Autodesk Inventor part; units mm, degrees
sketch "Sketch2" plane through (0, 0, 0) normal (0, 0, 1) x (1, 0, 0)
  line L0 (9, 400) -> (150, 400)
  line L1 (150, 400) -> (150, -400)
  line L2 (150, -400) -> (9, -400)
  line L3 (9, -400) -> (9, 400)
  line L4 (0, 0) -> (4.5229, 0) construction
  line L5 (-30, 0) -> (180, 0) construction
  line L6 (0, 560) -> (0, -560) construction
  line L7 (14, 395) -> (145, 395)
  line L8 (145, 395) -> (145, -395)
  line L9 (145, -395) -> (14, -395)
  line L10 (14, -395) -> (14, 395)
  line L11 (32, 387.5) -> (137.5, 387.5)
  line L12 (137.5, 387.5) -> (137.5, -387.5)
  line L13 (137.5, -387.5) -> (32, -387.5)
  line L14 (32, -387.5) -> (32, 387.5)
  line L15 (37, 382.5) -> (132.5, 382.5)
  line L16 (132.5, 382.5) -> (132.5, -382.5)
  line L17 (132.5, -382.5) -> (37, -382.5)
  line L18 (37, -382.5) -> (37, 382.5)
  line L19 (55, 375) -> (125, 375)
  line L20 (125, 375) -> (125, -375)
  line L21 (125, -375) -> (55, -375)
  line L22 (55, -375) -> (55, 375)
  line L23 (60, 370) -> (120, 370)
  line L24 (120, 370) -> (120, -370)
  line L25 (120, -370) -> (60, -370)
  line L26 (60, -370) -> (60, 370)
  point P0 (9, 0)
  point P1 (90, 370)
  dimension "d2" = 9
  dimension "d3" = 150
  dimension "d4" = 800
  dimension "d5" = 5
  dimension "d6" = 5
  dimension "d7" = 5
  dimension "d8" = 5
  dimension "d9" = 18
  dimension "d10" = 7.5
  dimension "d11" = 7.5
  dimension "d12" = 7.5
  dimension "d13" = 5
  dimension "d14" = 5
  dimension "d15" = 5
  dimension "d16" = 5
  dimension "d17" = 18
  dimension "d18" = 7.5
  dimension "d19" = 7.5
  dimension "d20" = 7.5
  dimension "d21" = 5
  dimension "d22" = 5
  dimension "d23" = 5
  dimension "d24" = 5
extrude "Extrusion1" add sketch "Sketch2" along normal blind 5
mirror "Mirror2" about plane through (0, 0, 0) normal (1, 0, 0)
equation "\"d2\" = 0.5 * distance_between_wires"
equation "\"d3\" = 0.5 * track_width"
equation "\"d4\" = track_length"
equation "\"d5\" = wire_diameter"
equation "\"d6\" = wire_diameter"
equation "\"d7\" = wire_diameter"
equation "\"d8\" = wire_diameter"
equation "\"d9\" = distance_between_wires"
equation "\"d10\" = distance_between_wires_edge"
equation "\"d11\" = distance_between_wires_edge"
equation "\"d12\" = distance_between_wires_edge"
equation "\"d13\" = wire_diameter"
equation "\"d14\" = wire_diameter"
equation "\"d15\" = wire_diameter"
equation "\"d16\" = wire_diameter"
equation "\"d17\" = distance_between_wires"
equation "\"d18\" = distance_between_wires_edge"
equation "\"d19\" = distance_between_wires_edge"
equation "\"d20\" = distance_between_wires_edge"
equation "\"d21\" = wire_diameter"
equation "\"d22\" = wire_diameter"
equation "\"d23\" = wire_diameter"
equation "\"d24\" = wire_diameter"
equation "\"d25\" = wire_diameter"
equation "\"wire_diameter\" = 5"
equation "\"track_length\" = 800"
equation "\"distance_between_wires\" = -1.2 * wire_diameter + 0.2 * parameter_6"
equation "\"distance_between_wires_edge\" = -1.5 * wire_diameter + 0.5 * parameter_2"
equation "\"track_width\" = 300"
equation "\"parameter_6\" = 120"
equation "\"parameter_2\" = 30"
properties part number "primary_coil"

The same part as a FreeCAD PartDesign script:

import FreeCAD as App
import Part
import Sketcher

doc = App.newDocument("Part")
body = doc.addObject("PartDesign::Body", "Body")
body.AllowCompound = True

# Sketch on XY plane
sketch1 = body.newObject("Sketcher::SketchObject", "Sketch")
sketch1.AttachmentSupport = (doc.getObject("XY_Plane"), [""])
sketch1.MapMode = "FlatFace"
sketch1.addGeometry(Part.LineSegment(App.Vector(150, 400, 0), App.Vector(9, 400, 0)), False)
sketch1.addGeometry(Part.LineSegment(App.Vector(9, 400, 0), App.Vector(9, -400, 0)), False)
sketch1.addGeometry(Part.LineSegment(App.Vector(9, -400, 0), App.Vector(150, -400, 0)), False)
sketch1.addGeometry(Part.LineSegment(App.Vector(150, -400, 0), App.Vector(150, 400, 0)), False)
sketch1.addGeometry(Part.LineSegment(App.Vector(14, -395, 0), App.Vector(14, 395, 0)), False)
sketch1.addGeometry(Part.LineSegment(App.Vector(14, 395, 0), App.Vector(145, 395, 0)), False)
sketch1.addGeometry(Part.LineSegment(App.Vector(145, 395, 0), App.Vector(145, -395, 0)), False)
sketch1.addGeometry(Part.LineSegment(App.Vector(145, -395, 0), App.Vector(14, -395, 0)), False)
sketch1.addGeometry(Part.LineSegment(App.Vector(138, 388, 0), App.Vector(32, 388, 0)), False)
sketch1.addGeometry(Part.LineSegment(App.Vector(32, 388, 0), App.Vector(32, -388, 0)), False)
sketch1.addGeometry(Part.LineSegment(App.Vector(32, -388, 0), App.Vector(138, -388, 0)), False)
sketch1.addGeometry(Part.LineSegment(App.Vector(138, -388, 0), App.Vector(138, 388, 0)), False)
sketch1.addGeometry(Part.LineSegment(App.Vector(37, -382, 0), App.Vector(37, 382, 0)), False)
sketch1.addGeometry(Part.LineSegment(App.Vector(37, 382, 0), App.Vector(132, 382, 0)), False)
sketch1.addGeometry(Part.LineSegment(App.Vector(132, 382, 0), App.Vector(132, -382, 0)), False)
sketch1.addGeometry(Part.LineSegment(App.Vector(132, -382, 0), App.Vector(37, -382, 0)), False)
sketch1.addGeometry(Part.LineSegment(App.Vector(125, 375, 0), App.Vector(55, 375, 0)), False)
sketch1.addGeometry(Part.LineSegment(App.Vector(55, 375, 0), App.Vector(55, -375, 0)), False)
sketch1.addGeometry(Part.LineSegment(App.Vector(55, -375, 0), App.Vector(125, -375, 0)), False)
sketch1.addGeometry(Part.LineSegment(App.Vector(125, -375, 0), App.Vector(125, 375, 0)), False)
sketch1.addGeometry(Part.LineSegment(App.Vector(60, -370, 0), App.Vector(60, 370, 0)), False)
sketch1.addGeometry(Part.LineSegment(App.Vector(60, 370, 0), App.Vector(120, 370, 0)), False)
sketch1.addGeometry(Part.LineSegment(App.Vector(120, 370, 0), App.Vector(120, -370, 0)), False)
sketch1.addGeometry(Part.LineSegment(App.Vector(120, -370, 0), App.Vector(60, -370, 0)), False)
sketch1.addConstraint(Sketcher.Constraint("Coincident", 0, 2, 1, 1))
sketch1.addConstraint(Sketcher.Constraint("Coincident", 1, 2, 2, 1))
sketch1.addConstraint(Sketcher.Constraint("Coincident", 2, 2, 3, 1))
sketch1.addConstraint(Sketcher.Constraint("Coincident", 3, 2, 0, 1))
sketch1.addConstraint(Sketcher.Constraint("Coincident", 4, 2, 5, 1))
sketch1.addConstraint(Sketcher.Constraint("Coincident", 5, 2, 6, 1))
sketch1.addConstraint(Sketcher.Constraint("Coincident", 6, 2, 7, 1))
sketch1.addConstraint(Sketcher.Constraint("Coincident", 7, 2, 4, 1))
sketch1.addConstraint(Sketcher.Constraint("Coincident", 8, 2, 9, 1))
sketch1.addConstraint(Sketcher.Constraint("Coincident", 9, 2, 10, 1))
sketch1.addConstraint(Sketcher.Constraint("Coincident", 10, 2, 11, 1))
sketch1.addConstraint(Sketcher.Constraint("Coincident", 11, 2, 8, 1))
sketch1.addConstraint(Sketcher.Constraint("Coincident", 12, 2, 13, 1))
sketch1.addConstraint(Sketcher.Constraint("Coincident", 13, 2, 14, 1))
sketch1.addConstraint(Sketcher.Constraint("Coincident", 14, 2, 15, 1))
sketch1.addConstraint(Sketcher.Constraint("Coincident", 15, 2, 12, 1))
sketch1.addConstraint(Sketcher.Constraint("Coincident", 16, 2, 17, 1))
sketch1.addConstraint(Sketcher.Constraint("Coincident", 17, 2, 18, 1))
sketch1.addConstraint(Sketcher.Constraint("Coincident", 18, 2, 19, 1))
sketch1.addConstraint(Sketcher.Constraint("Coincident", 19, 2, 16, 1))
sketch1.addConstraint(Sketcher.Constraint("Coincident", 20, 2, 21, 1))
sketch1.addConstraint(Sketcher.Constraint("Coincident", 21, 2, 22, 1))
sketch1.addConstraint(Sketcher.Constraint("Coincident", 22, 2, 23, 1))
sketch1.addConstraint(Sketcher.Constraint("Coincident", 23, 2, 20, 1))
sketch1.addConstraint(Sketcher.Constraint("Horizontal", 0))
sketch1.addConstraint(Sketcher.Constraint("Vertical", 1))
sketch1.addConstraint(Sketcher.Constraint("Horizontal", 2))
sketch1.addConstraint(Sketcher.Constraint("Vertical", 3))
sketch1.addConstraint(Sketcher.Constraint("Vertical", 4))
sketch1.addConstraint(Sketcher.Constraint("Horizontal", 5))
sketch1.addConstraint(Sketcher.Constraint("Vertical", 6))
sketch1.addConstraint(Sketcher.Constraint("Horizontal", 7))
sketch1.addConstraint(Sketcher.Constraint("Horizontal", 8))
sketch1.addConstraint(Sketcher.Constraint("Vertical", 9))
sketch1.addConstraint(Sketcher.Constraint("Horizontal", 10))
sketch1.addConstraint(Sketcher.Constraint("Vertical", 11))
sketch1.addConstraint(Sketcher.Constraint("Vertical", 12))
sketch1.addConstraint(Sketcher.Constraint("Horizontal", 13))
sketch1.addConstraint(Sketcher.Constraint("Vertical", 14))
sketch1.addConstraint(Sketcher.Constraint("Horizontal", 15))
sketch1.addConstraint(Sketcher.Constraint("Horizontal", 16))
sketch1.addConstraint(Sketcher.Constraint("Vertical", 17))
sketch1.addConstraint(Sketcher.Constraint("Horizontal", 18))
sketch1.addConstraint(Sketcher.Constraint("Vertical", 19))
sketch1.addConstraint(Sketcher.Constraint("Vertical", 20))
sketch1.addConstraint(Sketcher.Constraint("Horizontal", 21))
sketch1.addConstraint(Sketcher.Constraint("Vertical", 22))
sketch1.addConstraint(Sketcher.Constraint("Horizontal", 23))
sketch1.addConstraint(Sketcher.Constraint("DistanceY", 1, 2, 1, 1, 800.0))
sketch1.addConstraint(Sketcher.Constraint("DistanceX", -1, 1, 0, 2, 9.0))
sketch1.addConstraint(Sketcher.Constraint("DistanceX", -1, 1, 2, 2, 150.0))
sketch1.addConstraint(Sketcher.Constraint("DistanceX", 0, 2, 4, 2, 5.0))
sketch1.addConstraint(Sketcher.Constraint("DistanceY", 4, 2, 0, 2, 5.0))
sketch1.addConstraint(Sketcher.Constraint("DistanceX", 5, 2, 3, 2, 5.0))
sketch1.addConstraint(Sketcher.Constraint("DistanceY", 2, 2, 6, 2, 5.0))
sketch1.addConstraint(Sketcher.Constraint("DistanceX", 4, 2, 8, 2, 18.0))
sketch1.addConstraint(Sketcher.Constraint("DistanceX", 8, 2, 12, 2, 5.0))
sketch1.addConstraint(Sketcher.Constraint("DistanceY", 12, 2, 8, 2, 5.0))
sketch1.addConstraint(Sketcher.Constraint("DistanceX", 13, 2, 11, 2, 5.0))
sketch1.addConstraint(Sketcher.Constraint("DistanceY", 10, 2, 14, 2, 5.0))
sketch1.addConstraint(Sketcher.Constraint("DistanceX", 12, 2, 16, 2, 18.0))
sketch1.addConstraint(Sketcher.Constraint("DistanceX", 16, 2, 20, 2, 5.0))
sketch1.addConstraint(Sketcher.Constraint("DistanceY", 20, 2, 16, 2, 5.0))
sketch1.addConstraint(Sketcher.Constraint("DistanceX", 21, 2, 19, 2, 5.0))
sketch1.addConstraint(Sketcher.Constraint("DistanceY", 18, 2, 22, 2, 5.0))
sketch1.addConstraint(Sketcher.Constraint("DistanceY", 8, 2, 4, 2, 7.5))
sketch1.addConstraint(Sketcher.Constraint("DistanceY", 7, 2, 9, 2, 7.5))
sketch1.addConstraint(Sketcher.Constraint("DistanceX", 10, 2, 6, 2, 7.5))
sketch1.addConstraint(Sketcher.Constraint("DistanceY", 16, 2, 12, 2, 7.5))
sketch1.addConstraint(Sketcher.Constraint("DistanceY", 15, 2, 17, 2, 7.5))
sketch1.addConstraint(Sketcher.Constraint("DistanceX", 18, 2, 14, 2, 7.5))
sketch1.addConstraint(Sketcher.Constraint("DistanceY", -1, 1, 0, 2, 400.0))
pad1 = body.newObject("PartDesign::Pad", "Pad")
pad1.Profile = sketch1
pad1.Length = 5
doc.recompute()

mirrored = body.newObject("PartDesign::Mirrored", "Mirrored")
mirrored.TransformMode = "Transform body"
mirrored.MirrorPlane = (doc.getObject("YZ_Plane"), [""])
body.Tip = mirrored

doc.recompute()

════════════════

**Task requirements**
Would you copy all lines in the records where the string "normal" appears?

**Solved problem**
sketch "Sketch2" plane through (0, 0, 0) normal (0, 0, 1) x (1, 0, 0)
extrude "Extrusion1" add sketch "Sketch2" along normal blind 5
mirror "Mirror2" about plane through (0, 0, 0) normal (1, 0, 0)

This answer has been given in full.